We kick off the series with lead architect, Dave Green, from British online fashion retailer ASOS, to take a closer look at their design goals and approach for moving from a locally-operated monolith to a fully architected built-for-Cloud online retail system.

Breaking down the monolith

Founded almost two decades ago, ASOS was ahead of its time establishing a fully-online retail presence. The company has a growing customer base of 14 million customers, spanning 230 countries worldwide. Their exponential growth resulted in the need to move beyond a single currency and support multiple languages.
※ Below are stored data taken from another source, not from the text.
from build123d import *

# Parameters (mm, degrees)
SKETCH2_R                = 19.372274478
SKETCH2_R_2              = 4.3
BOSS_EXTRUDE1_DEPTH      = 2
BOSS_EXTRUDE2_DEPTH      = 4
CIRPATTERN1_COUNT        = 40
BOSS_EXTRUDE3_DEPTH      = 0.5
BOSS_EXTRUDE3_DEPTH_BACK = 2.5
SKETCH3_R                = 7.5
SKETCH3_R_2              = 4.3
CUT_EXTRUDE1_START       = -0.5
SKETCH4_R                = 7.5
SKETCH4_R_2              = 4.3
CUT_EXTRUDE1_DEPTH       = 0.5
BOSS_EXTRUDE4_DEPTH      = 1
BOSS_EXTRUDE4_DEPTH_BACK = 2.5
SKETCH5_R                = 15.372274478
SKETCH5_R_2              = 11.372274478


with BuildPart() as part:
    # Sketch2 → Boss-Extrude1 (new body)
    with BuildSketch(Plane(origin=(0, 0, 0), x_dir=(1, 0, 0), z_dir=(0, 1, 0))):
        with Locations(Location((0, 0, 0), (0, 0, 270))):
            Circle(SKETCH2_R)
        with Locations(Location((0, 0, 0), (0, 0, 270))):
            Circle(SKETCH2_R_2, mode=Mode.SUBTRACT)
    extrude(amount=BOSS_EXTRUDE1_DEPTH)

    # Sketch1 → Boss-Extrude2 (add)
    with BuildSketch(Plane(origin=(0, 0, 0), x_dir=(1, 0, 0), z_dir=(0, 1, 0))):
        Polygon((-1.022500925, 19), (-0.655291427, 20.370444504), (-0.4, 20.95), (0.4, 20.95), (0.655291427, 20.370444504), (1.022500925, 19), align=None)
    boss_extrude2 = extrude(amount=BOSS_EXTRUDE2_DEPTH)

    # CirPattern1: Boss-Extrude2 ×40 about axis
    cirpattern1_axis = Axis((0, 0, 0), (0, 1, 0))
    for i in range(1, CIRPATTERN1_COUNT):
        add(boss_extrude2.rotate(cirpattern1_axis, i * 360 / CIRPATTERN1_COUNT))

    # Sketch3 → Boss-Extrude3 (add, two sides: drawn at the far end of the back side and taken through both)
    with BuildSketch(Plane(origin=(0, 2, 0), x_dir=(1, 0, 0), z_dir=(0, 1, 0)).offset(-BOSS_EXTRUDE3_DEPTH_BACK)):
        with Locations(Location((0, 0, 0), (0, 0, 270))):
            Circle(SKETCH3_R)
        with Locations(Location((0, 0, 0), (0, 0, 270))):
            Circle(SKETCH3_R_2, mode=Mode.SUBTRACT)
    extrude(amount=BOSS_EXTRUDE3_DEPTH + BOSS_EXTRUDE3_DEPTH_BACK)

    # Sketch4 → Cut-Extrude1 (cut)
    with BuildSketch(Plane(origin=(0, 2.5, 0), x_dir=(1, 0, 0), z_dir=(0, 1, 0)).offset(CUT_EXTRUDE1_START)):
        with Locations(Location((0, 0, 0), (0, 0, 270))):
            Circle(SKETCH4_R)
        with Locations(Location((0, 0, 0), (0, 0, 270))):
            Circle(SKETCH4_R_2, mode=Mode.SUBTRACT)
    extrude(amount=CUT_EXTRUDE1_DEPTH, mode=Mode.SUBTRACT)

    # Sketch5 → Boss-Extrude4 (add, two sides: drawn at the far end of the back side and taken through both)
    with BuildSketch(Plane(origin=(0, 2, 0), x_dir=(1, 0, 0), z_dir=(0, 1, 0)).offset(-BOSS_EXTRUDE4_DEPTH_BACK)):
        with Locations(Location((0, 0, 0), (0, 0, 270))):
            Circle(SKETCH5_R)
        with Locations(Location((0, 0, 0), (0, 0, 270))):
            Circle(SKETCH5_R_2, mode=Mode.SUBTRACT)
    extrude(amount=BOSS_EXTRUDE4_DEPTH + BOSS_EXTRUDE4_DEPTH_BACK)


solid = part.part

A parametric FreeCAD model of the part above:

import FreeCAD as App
import Part
import Sketcher
Q = App.Units.Quantity

doc = App.newDocument("Part")
body = doc.addObject("PartDesign::Body", "Body")

# Sketch on XZ plane
sketch1 = body.newObject("Sketcher::SketchObject", "Sketch")
sketch1.AttachmentSupport = (doc.getObject("XZ_Plane"), [""])
sketch1.MapMode = "FlatFace"
sketch1.addGeometry([
    Part.Circle(App.Vector(0, 0, 0), App.Vector(0, 0, 1), 19.4),
    Part.Circle(App.Vector(0, 0, 0), App.Vector(0, 0, 1), 4.3),
], False)
sketch1.addConstraint([
    Sketcher.Constraint("Coincident", 0, 3, -1, 1),
    Sketcher.Constraint("Coincident", 1, 3, -1, 1),
    Sketcher.Constraint("Diameter", 1, Q("8.6 mm")),
    Sketcher.Constraint("Diameter", 0, Q("38.744549 mm")),
])
pad1 = body.newObject("PartDesign::Pad", "Pad")
pad1.Profile = sketch1
pad1.Length = 2
pad1.Reversed = True

# Sketch on XZ plane
sketch2 = body.newObject("Sketcher::SketchObject", "Sketch001")
sketch2.AttachmentSupport = (doc.getObject("XZ_Plane"), [""])
sketch2.MapMode = "FlatFace"
sketch2.addGeometry([
    Part.LineSegment(App.Vector(-0.7, -20.4, 0), App.Vector(-1, -19, 0)),  # 0
    Part.LineSegment(App.Vector(-1, -19, 0), App.Vector(1, -19, 0)),  # 1
    Part.LineSegment(App.Vector(1, -19, 0), App.Vector(0.7, -20.4, 0)),  # 2
    Part.LineSegment(App.Vector(0.7, -20.4, 0), App.Vector(0.4, -20.9, 0)),  # 3
    Part.LineSegment(App.Vector(0.4, -20.9, 0), App.Vector(-0.4, -20.9, 0)),  # 4
    Part.LineSegment(App.Vector(-0.4, -20.9, 0), App.Vector(-0.7, -20.4, 0)),  # 5
], False)
sketch2.addConstraint([
    Sketcher.Constraint("Coincident", 0, 2, 1, 1),
    Sketcher.Constraint("Coincident", 1, 2, 2, 1),
    Sketcher.Constraint("Coincident", 2, 2, 3, 1),
    Sketcher.Constraint("Coincident", 3, 2, 4, 1),
    Sketcher.Constraint("Coincident", 4, 2, 5, 1),
    Sketcher.Constraint("Coincident", 5, 2, 0, 1),
    Sketcher.Constraint("Horizontal", 1),
    Sketcher.Constraint("Horizontal", 4),
    Sketcher.Constraint("Symmetric", 2, 2, 5, 2, -2),
    Sketcher.Constraint("Equal", 0, 2),
    Sketcher.Constraint("Equal", 3, 5),
    Sketcher.Constraint("Angle", 0, Q("105 deg")),
    Sketcher.Constraint("DistanceX", 4, 2, 4, 1, Q("0.8 mm")),
    Sketcher.Constraint("DistanceY", 0, 2, -1, 1, Q("19 mm")),
    Sketcher.Constraint("DistanceX", 1, 1, 1, 2, Q("2.045002 mm")),
    Sketcher.Constraint("DistanceY", 3, 2, -1, 1, Q("20.95 mm")),
    Sketcher.Constraint("Distance", 0, Q("1.418789 mm")),
])
pad2 = body.newObject("PartDesign::Pad", "Pad001")
pad2.Profile = sketch2
pad2.Length = 4
pad2.Reversed = True
doc.recompute()

polarpattern = body.newObject("PartDesign::PolarPattern", "PolarPattern")
polarpattern.Originals = [pad2]
polarpattern.Axis = (doc.getObject("Y_Axis"), [""])
polarpattern.Angle = 360
polarpattern.Occurrences = 40
body.Tip = polarpattern

# Sketch on XZ plane
sketch3 = body.newObject("Sketcher::SketchObject", "Sketch002")
sketch3.AttachmentSupport = (doc.getObject("XZ_Plane"), [""])
sketch3.MapMode = "FlatFace"
sketch3.AttachmentOffset = App.Placement(App.Vector(0, 0, -2), App.Rotation())
sketch3.addGeometry([
    Part.Circle(App.Vector(0, 0, 0), App.Vector(0, 0, 1), 7.5),
    Part.Circle(App.Vector(0, 0, 0), App.Vector(0, 0, 1), 4.3),
], False)
sketch3.addConstraint([
    Sketcher.Constraint("Coincident", 0, 3, -1, 1),
    Sketcher.Constraint("Coincident", 1, 3, -1, 1),
    Sketcher.Constraint("Diameter", 0, Q("15 mm")),
    Sketcher.Constraint("Diameter", 1, Q("8.6 mm")),
])
pad3 = body.newObject("PartDesign::Pad", "Pad002")
pad3.Profile = sketch3
pad3.Type = "TwoLengths"
pad3.Length = 0.5
pad3.Length2 = 2.5
pad3.Reversed = True

# Sketch on XZ plane
sketch4 = body.newObject("Sketcher::SketchObject", "Sketch003")
sketch4.AttachmentSupport = (doc.getObject("XZ_Plane"), [""])
sketch4.MapMode = "FlatFace"
sketch4.AttachmentOffset = App.Placement(App.Vector(0, 0, -2), App.Rotation())
sketch4.addGeometry([
    Part.Circle(App.Vector(0, 0, 0), App.Vector(0, 0, 1), 7.5),
    Part.Circle(App.Vector(0, 0, 0), App.Vector(0, 0, 1), 4.3),
], False)
sketch4.addConstraint([
    Sketcher.Constraint("Coincident", 0, 3, -1, 1),
    Sketcher.Constraint("Coincident", 1, 3, -1, 1),
    Sketcher.Constraint("Diameter", 0, Q("15 mm")),
    Sketcher.Constraint("Diameter", 1, Q("8.6 mm")),
])
pocket1 = body.newObject("PartDesign::Pocket", "Pocket")
pocket1.Profile = sketch4
pocket1.Length = 0.5

# Sketch on XZ plane
sketch5 = body.newObject("Sketcher::SketchObject", "Sketch004")
sketch5.AttachmentSupport = (doc.getObject("XZ_Plane"), [""])
sketch5.MapMode = "FlatFace"
sketch5.AttachmentOffset = App.Placement(App.Vector(0, 0, -2), App.Rotation())
sketch5.addGeometry([
    Part.Circle(App.Vector(0, 0, 0), App.Vector(0, 0, 1), 15),
    Part.Circle(App.Vector(0, 0, 0), App.Vector(0, 0, 1), 11),
], False)
sketch5.addConstraint([
    Sketcher.Constraint("Coincident", 0, 3, -1, 1),
    Sketcher.Constraint("Coincident", 1, 3, -1, 1),
    Sketcher.Constraint("Diameter", 0, Q("30.744549 mm")),
    Sketcher.Constraint("Diameter", 1, Q("22.744549 mm")),
])
pad4 = body.newObject("PartDesign::Pad", "Pad003")
pad4.Profile = sketch5
pad4.Type = "TwoLengths"
pad4.Length = 1
pad4.Length2 = 2.5
pad4.Reversed = True

doc.recompute()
This meant building in more agility, scale and efficiency into their tech architecture. Rather than perform a lift and shift migration, the team decided to adopt a cloud-native, microservices architecture from scratch for faster iteration and release of new features.

Then they set to work breaking down their monolithic retail app which comprised stateful, intertwined services into core microservices, swapping out functions from the monolith piece-by-piece.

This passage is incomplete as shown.